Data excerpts
•••••
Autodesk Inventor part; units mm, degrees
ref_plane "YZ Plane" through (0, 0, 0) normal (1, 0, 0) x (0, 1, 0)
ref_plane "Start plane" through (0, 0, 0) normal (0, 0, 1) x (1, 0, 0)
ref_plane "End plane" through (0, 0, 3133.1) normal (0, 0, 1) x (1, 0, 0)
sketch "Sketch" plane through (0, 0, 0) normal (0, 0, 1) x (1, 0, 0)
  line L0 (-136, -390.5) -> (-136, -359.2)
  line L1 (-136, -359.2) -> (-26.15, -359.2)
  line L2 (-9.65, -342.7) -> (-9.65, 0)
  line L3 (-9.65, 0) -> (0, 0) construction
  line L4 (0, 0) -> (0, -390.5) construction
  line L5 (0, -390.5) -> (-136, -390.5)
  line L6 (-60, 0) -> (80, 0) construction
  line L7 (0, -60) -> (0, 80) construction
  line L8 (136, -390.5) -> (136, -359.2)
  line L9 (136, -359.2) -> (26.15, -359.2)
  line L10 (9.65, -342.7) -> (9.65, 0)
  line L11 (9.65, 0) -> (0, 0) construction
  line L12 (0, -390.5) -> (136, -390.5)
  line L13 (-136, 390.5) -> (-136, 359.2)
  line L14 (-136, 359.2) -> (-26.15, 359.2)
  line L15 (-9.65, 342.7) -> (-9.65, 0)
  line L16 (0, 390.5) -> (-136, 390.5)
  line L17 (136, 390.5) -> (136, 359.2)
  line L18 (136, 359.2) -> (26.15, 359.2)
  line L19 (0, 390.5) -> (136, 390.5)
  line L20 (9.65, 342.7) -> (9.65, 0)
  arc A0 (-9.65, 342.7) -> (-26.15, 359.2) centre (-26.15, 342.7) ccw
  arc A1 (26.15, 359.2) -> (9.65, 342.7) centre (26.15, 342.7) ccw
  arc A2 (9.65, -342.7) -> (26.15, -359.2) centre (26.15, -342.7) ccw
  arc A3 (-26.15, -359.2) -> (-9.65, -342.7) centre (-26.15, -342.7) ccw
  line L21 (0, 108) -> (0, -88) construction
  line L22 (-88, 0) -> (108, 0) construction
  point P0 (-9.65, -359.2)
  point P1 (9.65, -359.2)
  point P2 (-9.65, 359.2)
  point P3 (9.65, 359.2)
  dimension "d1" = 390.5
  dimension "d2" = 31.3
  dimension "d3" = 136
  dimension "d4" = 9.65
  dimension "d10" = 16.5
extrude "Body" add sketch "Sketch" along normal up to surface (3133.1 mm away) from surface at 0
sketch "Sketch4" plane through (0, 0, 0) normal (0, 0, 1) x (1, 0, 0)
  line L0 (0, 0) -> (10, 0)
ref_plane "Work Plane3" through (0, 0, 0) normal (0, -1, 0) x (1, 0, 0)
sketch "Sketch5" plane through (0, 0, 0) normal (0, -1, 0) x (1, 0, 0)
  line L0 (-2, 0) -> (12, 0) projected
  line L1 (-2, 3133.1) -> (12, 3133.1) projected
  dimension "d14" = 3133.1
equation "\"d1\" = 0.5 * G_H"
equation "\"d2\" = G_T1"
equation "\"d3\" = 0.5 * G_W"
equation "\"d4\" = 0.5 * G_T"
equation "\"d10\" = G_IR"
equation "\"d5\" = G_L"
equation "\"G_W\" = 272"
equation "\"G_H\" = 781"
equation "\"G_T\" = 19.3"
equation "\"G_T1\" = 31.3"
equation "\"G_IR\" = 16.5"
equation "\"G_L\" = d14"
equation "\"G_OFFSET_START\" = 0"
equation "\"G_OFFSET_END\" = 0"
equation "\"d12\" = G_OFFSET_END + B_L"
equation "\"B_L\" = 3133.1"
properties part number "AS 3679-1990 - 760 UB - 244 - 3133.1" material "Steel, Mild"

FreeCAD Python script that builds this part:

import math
import FreeCAD as App
import Part
import Sketcher

V = App.Vector
Q = App.Units.Quantity

doc = App.newDocument("Part")
params = doc.addObject("Spreadsheet::Sheet", "Params")
for row, (alias, value) in enumerate([
    ("sketch1_radius", "16.5 mm"),
    ("sketch1_height", "31.3 mm"),
    ("pad1_length", "3133.1 mm"),
], start=1):
    params.set(f"A{row}", alias)
    params.set(f"B{row}", "=" + value)
    params.setAlias(f"B{row}", alias)

body = doc.addObject("PartDesign::Body", "Body")

# Sketch on XY plane
sketch1 = body.newObject("Sketcher::SketchObject", "Sketch")
sketch1.AttachmentSupport = (doc.getObject("XY_Plane"), [""])
sketch1.MapMode = "FlatFace"
sketch1.addGeometry([
    Part.LineSegment(V(-136, -359, 0), V(-136, -390, 0)),  # 0
    Part.LineSegment(V(-136, -390, 0), V(136, -390, 0)),  # 1
    Part.LineSegment(V(136, -390, 0), V(136, -359, 0)),  # 2
    Part.LineSegment(V(136, -359, 0), V(26, -359, 0)),  # 3
    Part.ArcOfCircle(Part.Circle(V(26, -343, 0), V(0, 0, 1), 16), math.radians(180), math.radians(270)),  # 4
    Part.LineSegment(V(10, -343, 0), V(10, 343, 0)),  # 5
    Part.ArcOfCircle(Part.Circle(V(26, 343, 0), V(0, 0, 1), 16), math.radians(90), math.radians(180)),  # 6
    Part.LineSegment(V(26, 359, 0), V(136, 359, 0)),  # 7
    Part.LineSegment(V(136, 359, 0), V(136, 390, 0)),  # 8
    Part.LineSegment(V(136, 390, 0), V(-136, 390, 0)),  # 9
    Part.LineSegment(V(-136, 390, 0), V(-136, 359, 0)),  # 10
    Part.LineSegment(V(-136, 359, 0), V(-26, 359, 0)),  # 11
    Part.ArcOfCircle(Part.Circle(V(-26, 343, 0), V(0, 0, 1), 16), math.radians(0), math.radians(90)),  # 12
    Part.LineSegment(V(-10, 343, 0), V(-10, -343, 0)),  # 13
    Part.ArcOfCircle(Part.Circle(V(-26, -343, 0), V(0, 0, 1), 16), math.radians(-90), math.radians(0)),  # 14
    Part.LineSegment(V(-26, -359, 0), V(-136, -359, 0)),  # 15
], False)
sketch1.addConstraint([
    Sketcher.Constraint("Coincident", 0, 2, 1, 1),
    Sketcher.Constraint("Coincident", 1, 2, 2, 1),
    Sketcher.Constraint("Coincident", 2, 2, 3, 1),
    Sketcher.Constraint("Tangent", 3, 2, 4, 2),
    Sketcher.Constraint("Tangent", 4, 1, 5, 1),
    Sketcher.Constraint("Tangent", 5, 2, 6, 2),
    Sketcher.Constraint("Tangent", 6, 1, 7, 1),
    Sketcher.Constraint("Coincident", 7, 2, 8, 1),
    Sketcher.Constraint("Coincident", 8, 2, 9, 1),
    Sketcher.Constraint("Coincident", 9, 2, 10, 1),
    Sketcher.Constraint("Coincident", 10, 2, 11, 1),
    Sketcher.Constraint("Tangent", 11, 2, 12, 2),
    Sketcher.Constraint("Tangent", 12, 1, 13, 1),
    Sketcher.Constraint("Tangent", 13, 2, 14, 2),
    Sketcher.Constraint("Tangent", 14, 1, 15, 1),
    Sketcher.Constraint("Coincident", 15, 2, 0, 1),
    Sketcher.Constraint("Vertical", 0),
    Sketcher.Constraint("Horizontal", 1),
    Sketcher.Constraint("Vertical", 2),
    Sketcher.Constraint("Horizontal", 3),
    Sketcher.Constraint("Vertical", 5),
    Sketcher.Constraint("Horizontal", 7),
    Sketcher.Constraint("Vertical", 8),
    Sketcher.Constraint("Horizontal", 9),
    Sketcher.Constraint("Vertical", 10),
    Sketcher.Constraint("Horizontal", 11),
    Sketcher.Constraint("Vertical", 13),
    Sketcher.Constraint("Horizontal", 15),
    Sketcher.Constraint("Equal", 4, 6),
    Sketcher.Constraint("Equal", 6, 12),
    Sketcher.Constraint("Equal", 12, 14),
    Sketcher.Constraint("Symmetric", 4, 3, 12, 3, -1, 1),
    Sketcher.Constraint("Symmetric", 0, 2, 8, 2, -1, 1),
    Sketcher.Constraint("Symmetric", 7, 2, 10, 2, -2),
    Sketcher.Constraint("Symmetric", 2, 2, 15, 2, -2),
    Sketcher.Constraint("Radius", 4, Q("16.5 mm")),
    Sketcher.Constraint("DistanceY", 0, 2, 0, 1, Q("31.3 mm")),
    Sketcher.Constraint("DistanceX", 0, 2, -1, 1, Q("136 mm")),
    Sketcher.Constraint("DistanceY", 0, 2, -1, 1, Q("390.5 mm")),
    Sketcher.Constraint("DistanceX", -1, 1, 4, 1, Q("9.65 mm")),
])
sketch1.setExpression("Constraints[35]", "Params.sketch1_radius")
sketch1.setExpression("Constraints[36]", "Params.sketch1_height")
pad1 = body.newObject("PartDesign::Pad", "Pad")
pad1.Profile = sketch1
pad1.setExpression("Length", "Params.pad1_length")

doc.recompute()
•••••
TASK GOAL =>
Copy out every line in the records where the word "dimension" is found.

RESPONSE TO THIS EXERCISE =>
  dimension "d1" = 390.5
  dimension "d2" = 31.3
  dimension "d3" = 136
  dimension "d4" = 9.65
  dimension "d10" = 16.5
  dimension "d14" = 3133.1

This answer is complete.